Friday, September 23, 2016

Gonski model was corrupted, but Labor and Coalition are both to blame

The Gonski report was designed to clean up Australia’s opaque and complex system of school funding and address significant inequalities by establishing a new needs-based funding model, but then messy politics got in the way at the point of implementation. Glenn C. Savage (University of Melbourne) Steven Lewis (The University of Queensland) argue that the result was a perversion of the Gonski ideal – an inconsistent patchwork of approaches across the nation that protected the vested interests of non-government schools.

The school funding wars are set to erupt again when federal, state and territory education ministers meet in Adelaide on Friday.

Federal education minister Simon Birmingham will use the Education Council meeting to argue for a new post-2017 federal funding model to replace the current “Gonski model” established under Labor.

Birmingham came out with guns blazing on Thursday, arguing current arrangements are inequitable, overly complex and represent a “corruption” of the ideals set out in the 2011 Gonski Report.

The Coalition wants its new model to be needs-based and nationally consistent, but is also offering much less cash than the Gonski model, and wants to attach a range of new conditions to how the money can be spent.

This “less cash, more caveats” model is a hard sell, and states and territories are ready for a fight – especially powerful states such as New South Wales that remain ardent supporters of the Gonski model.

The current funding mess


The Coalition is absolutely right in suggesting the ideals guiding the Gonski school funding reforms have been corrupted.

The Gonski report was designed to clean up Australia’s opaque and complex system of school funding and address significant inequalities by establishing a new needs-based funding model.

The report made a compelling argument to introduce a “base rate” level of funding per student, known as the Schooling Resource Standard (SRS), with extra loadings on top based on a number of equity categories.

The model Labor introduced did reflect this core structure, but then messy politics got in the way at the point of implementation.

In order to convince states and territories to sign on to the reform, different deals were done with different jurisdictions, and Labor promised that no school would lose a dollar under the plan.

Instead of a needs-based model, therefore, the result was a perversion of the Gonski ideal – an inconsistent patchwork of approaches across the nation that protected the vested interests of non-government schools.
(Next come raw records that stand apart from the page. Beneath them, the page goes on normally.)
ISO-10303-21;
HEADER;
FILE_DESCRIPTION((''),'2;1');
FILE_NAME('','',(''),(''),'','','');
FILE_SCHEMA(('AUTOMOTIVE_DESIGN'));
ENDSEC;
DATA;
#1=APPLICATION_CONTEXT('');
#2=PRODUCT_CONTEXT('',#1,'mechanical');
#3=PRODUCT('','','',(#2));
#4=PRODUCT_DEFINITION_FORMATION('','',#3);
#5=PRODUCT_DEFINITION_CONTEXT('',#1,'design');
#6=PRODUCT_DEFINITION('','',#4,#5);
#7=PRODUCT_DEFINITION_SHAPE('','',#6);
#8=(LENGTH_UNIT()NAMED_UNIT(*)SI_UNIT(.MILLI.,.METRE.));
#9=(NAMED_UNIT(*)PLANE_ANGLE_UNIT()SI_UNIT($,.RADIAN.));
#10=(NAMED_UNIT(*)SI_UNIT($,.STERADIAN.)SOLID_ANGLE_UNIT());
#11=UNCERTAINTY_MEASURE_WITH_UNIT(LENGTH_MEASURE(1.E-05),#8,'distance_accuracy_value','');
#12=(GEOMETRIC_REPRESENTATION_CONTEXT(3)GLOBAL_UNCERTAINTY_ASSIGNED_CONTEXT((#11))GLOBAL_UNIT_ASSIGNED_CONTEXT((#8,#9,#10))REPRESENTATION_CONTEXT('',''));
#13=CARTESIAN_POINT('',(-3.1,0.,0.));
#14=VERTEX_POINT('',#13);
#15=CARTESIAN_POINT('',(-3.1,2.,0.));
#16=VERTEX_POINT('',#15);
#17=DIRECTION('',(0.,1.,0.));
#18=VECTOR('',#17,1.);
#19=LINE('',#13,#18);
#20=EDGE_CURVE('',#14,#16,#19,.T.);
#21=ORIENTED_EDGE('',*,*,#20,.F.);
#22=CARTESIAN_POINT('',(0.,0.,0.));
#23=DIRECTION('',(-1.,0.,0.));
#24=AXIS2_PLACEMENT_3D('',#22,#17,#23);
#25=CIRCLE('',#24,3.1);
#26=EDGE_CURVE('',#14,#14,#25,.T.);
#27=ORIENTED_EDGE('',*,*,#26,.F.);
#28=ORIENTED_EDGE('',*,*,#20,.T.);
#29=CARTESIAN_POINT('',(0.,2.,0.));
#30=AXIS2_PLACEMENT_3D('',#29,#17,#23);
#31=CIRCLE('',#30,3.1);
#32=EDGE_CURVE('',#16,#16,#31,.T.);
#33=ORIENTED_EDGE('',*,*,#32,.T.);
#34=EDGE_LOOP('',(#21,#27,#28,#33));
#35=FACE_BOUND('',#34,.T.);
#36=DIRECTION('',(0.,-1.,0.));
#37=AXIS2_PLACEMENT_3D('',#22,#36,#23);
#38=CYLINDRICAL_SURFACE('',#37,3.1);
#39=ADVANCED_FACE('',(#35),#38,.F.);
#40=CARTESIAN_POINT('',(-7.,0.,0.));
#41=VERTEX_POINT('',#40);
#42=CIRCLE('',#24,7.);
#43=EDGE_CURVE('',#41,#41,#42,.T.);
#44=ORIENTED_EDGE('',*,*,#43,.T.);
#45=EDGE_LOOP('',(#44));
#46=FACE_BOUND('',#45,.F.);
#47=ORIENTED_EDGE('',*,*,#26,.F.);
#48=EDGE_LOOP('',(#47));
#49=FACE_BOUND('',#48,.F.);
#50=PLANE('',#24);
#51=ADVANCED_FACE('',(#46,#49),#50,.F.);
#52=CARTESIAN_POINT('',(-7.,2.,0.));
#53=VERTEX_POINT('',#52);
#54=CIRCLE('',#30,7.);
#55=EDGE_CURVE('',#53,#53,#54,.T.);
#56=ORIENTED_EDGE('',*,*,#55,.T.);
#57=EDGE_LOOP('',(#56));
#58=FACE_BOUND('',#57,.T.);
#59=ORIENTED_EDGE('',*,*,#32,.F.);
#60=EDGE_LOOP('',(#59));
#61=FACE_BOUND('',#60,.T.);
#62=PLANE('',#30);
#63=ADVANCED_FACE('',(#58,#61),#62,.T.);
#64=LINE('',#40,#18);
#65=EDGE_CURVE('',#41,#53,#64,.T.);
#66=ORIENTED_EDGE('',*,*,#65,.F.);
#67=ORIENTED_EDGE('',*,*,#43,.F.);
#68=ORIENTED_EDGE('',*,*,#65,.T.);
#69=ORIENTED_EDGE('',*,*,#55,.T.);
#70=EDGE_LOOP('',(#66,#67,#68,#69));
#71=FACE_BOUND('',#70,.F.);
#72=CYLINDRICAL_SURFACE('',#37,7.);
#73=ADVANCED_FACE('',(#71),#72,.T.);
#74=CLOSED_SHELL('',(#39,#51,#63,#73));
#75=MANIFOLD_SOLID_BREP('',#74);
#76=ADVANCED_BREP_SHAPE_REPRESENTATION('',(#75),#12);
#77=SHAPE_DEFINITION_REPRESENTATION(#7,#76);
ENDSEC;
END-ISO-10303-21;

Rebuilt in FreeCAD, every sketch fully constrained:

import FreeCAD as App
import Part
import Sketcher

V = App.Vector

doc = App.newDocument("Part")
params = doc.addObject("Spreadsheet::Sheet", "Params")
for row, (alias, value) in enumerate([
    ("sketch1_diameter", "14 mm"),
    ("sketch1_diameter2", "6.2 mm"),
    ("pad1_length", "2 mm"),
], start=1):
    params.set(f"A{row}", alias)
    params.set(f"B{row}", "=" + value)
    params.setAlias(f"B{row}", alias)

body = doc.addObject("PartDesign::Body", "Body")

# Sketch on XZ plane
sketch1 = body.newObject("Sketcher::SketchObject", "Sketch")
sketch1.AttachmentSupport = (doc.getObject("XZ_Plane"), [""])
sketch1.MapMode = "FlatFace"
sketch1.addGeometry(Part.Circle(V(0, 0, 0), V(0, 0, 1), 7), False)
sketch1.addGeometry(Part.Circle(V(0, 0, 0), V(0, 0, 1), 3.1), False)
sketch1.addConstraint(Sketcher.Constraint("Coincident", 0, 3, -1, 1))
sketch1.addConstraint(Sketcher.Constraint("Coincident", 1, 3, -1, 1))
sketch1.addConstraint(Sketcher.Constraint("Diameter", 0, 14.0))
sketch1.addConstraint(Sketcher.Constraint("Diameter", 1, 6.2))
sketch1.setExpression("Constraints[2]", "Params.sketch1_diameter")
sketch1.setExpression("Constraints[3]", "Params.sketch1_diameter2")
pad1 = body.newObject("PartDesign::Pad", "Pad")
pad1.Profile = sketch1
pad1.setExpression("Length", "Params.pad1_length")
pad1.Reversed = True

doc.recompute()
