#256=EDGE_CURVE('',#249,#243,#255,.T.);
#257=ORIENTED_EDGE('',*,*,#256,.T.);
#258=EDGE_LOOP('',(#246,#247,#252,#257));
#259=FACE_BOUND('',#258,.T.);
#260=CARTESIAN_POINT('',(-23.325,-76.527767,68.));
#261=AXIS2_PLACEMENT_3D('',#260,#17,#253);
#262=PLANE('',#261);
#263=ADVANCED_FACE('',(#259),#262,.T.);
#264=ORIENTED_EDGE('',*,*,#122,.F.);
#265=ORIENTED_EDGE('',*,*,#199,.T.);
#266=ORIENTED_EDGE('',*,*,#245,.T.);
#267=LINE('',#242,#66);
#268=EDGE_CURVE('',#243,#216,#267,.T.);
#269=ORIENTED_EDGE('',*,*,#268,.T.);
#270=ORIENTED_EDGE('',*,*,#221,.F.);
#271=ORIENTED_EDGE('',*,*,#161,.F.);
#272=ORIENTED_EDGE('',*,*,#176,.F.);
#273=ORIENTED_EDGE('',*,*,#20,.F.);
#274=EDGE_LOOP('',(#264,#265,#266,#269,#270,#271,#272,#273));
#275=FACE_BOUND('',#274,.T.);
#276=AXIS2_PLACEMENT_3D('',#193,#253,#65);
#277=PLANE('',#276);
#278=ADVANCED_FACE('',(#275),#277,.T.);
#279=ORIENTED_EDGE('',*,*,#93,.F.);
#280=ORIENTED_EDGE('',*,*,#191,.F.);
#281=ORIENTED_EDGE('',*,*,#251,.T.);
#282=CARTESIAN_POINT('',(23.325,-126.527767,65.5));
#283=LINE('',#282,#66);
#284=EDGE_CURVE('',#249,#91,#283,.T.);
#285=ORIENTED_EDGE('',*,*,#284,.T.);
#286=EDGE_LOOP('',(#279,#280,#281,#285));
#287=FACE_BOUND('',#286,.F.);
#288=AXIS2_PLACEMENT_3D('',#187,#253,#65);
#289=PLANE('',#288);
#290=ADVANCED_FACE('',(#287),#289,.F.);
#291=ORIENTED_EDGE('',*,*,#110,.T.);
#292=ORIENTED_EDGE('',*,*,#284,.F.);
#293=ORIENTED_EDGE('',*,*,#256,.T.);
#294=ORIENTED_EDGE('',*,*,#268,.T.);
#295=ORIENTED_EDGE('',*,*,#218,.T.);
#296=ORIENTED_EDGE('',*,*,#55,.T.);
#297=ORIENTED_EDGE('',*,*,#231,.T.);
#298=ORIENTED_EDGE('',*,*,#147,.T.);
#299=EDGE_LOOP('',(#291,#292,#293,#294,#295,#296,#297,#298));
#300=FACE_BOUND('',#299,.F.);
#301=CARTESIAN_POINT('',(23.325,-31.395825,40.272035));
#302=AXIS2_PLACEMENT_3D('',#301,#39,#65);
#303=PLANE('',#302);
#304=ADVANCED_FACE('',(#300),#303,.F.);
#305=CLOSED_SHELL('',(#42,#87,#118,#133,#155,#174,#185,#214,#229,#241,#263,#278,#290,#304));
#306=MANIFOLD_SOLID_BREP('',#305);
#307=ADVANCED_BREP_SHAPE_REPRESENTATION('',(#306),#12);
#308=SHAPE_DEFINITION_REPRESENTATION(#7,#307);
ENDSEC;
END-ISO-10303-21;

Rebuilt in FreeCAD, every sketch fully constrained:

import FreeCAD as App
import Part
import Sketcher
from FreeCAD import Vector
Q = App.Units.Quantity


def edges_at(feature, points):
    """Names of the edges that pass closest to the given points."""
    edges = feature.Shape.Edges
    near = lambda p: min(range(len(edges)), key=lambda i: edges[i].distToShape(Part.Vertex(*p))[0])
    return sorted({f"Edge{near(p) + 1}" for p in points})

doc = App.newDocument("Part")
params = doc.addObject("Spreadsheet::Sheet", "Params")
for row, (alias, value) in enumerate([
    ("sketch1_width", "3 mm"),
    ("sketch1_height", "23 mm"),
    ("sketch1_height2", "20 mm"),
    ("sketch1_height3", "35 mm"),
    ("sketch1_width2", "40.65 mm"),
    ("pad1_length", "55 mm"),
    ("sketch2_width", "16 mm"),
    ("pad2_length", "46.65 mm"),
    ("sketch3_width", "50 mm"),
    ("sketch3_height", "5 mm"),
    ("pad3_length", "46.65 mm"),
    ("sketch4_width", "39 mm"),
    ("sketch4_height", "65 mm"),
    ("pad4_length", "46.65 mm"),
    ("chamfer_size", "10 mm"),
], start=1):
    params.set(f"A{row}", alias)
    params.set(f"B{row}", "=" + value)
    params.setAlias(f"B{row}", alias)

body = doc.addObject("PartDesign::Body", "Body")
Federal government modelling has been used to argue that under the current system, schools with exactly the same demographics and equity needs receive different funding in different states and territories.

This is smart politics by the Coalition: turning Labor’s argument for equitable funding on its head by arguing Gonski is far from equitable.

Of course, as the opposition education spokeswoman, Tanya Plibersek, pointed out, it was under the Coalition (not Labor) that the final three states (Queensland, Western Australia and the Northern Territory) signed onto the Gonski reform, which further contributed to national inconsistency.

So the Coalition’s attempts to heap all the blame on Labor for the current state of funding incoherence reflects a strong case of selective memory.

Can the federal government produce ‘real’ needs-based funding?


Birmingham suggests the Coalition’s new model will “target need” and “treat states equitably”.

However, any truly needs-based model will invariably require a reduction in the already high levels of government funding provided to many elite non-government (Catholic and independent) schools.

This has been a thorn in the side of past Coalition and Labor governments, which have consistently caved to pressure from vested interests.

For example, well before Labor promised no school would lose a dollar, the Coalition did exactly the same thing in 2001 when it introduced its socioeconomic status (SES) model under Prime Minister John Howard.

Both sides of politics, therefore, are guilty of such fiscal populism, whereby no one “loses”, even though funding is supposed to be assigned according to need.

This is a classic tale of politics driving policy.

Such a position is also untenable in a time of contracting budgets, and growing social, economic and educational inequalities.

There is also the difficulty of trying to get national consistency within a federal system in which states and territories ultimately control schooling. As Birmingham himself noted:


States and territories will always be free under our Constitution to fund schools in their state or territory as they see fit.

In other words, while the federal government provides Gonski funding, states and territories each have different needs-based funding models, and remain the dominant funders of public schools.

So unless all states and territories adopt the same funding formulas, there will always be difference, no matter what the federal government does.

The policy and political challenges ahead


The warning by NSW education minister Adrian Piccoli – that any reduction in the federal funding NSW receives would mean “war” – speaks precisely to the policy and political challenges ahead.

Not only is developing a new funding policy a great challenge in itself, but seeking to enact that policy in a volatile political climate is a fraught undertaking.

The Education Council meeting will no doubt ignite the most recent battle in a long and protracted war over school funding – one that is seemingly without end.

Birmingham’s challenge is undoubtedly colossal. He is trying to achieve what no federal education minister has done before him – establish a truly national needs-based funding model – but with less money and more caveats.

The armies have gathered in Adelaide. The battle lines are drawn. We await for the dust to settle.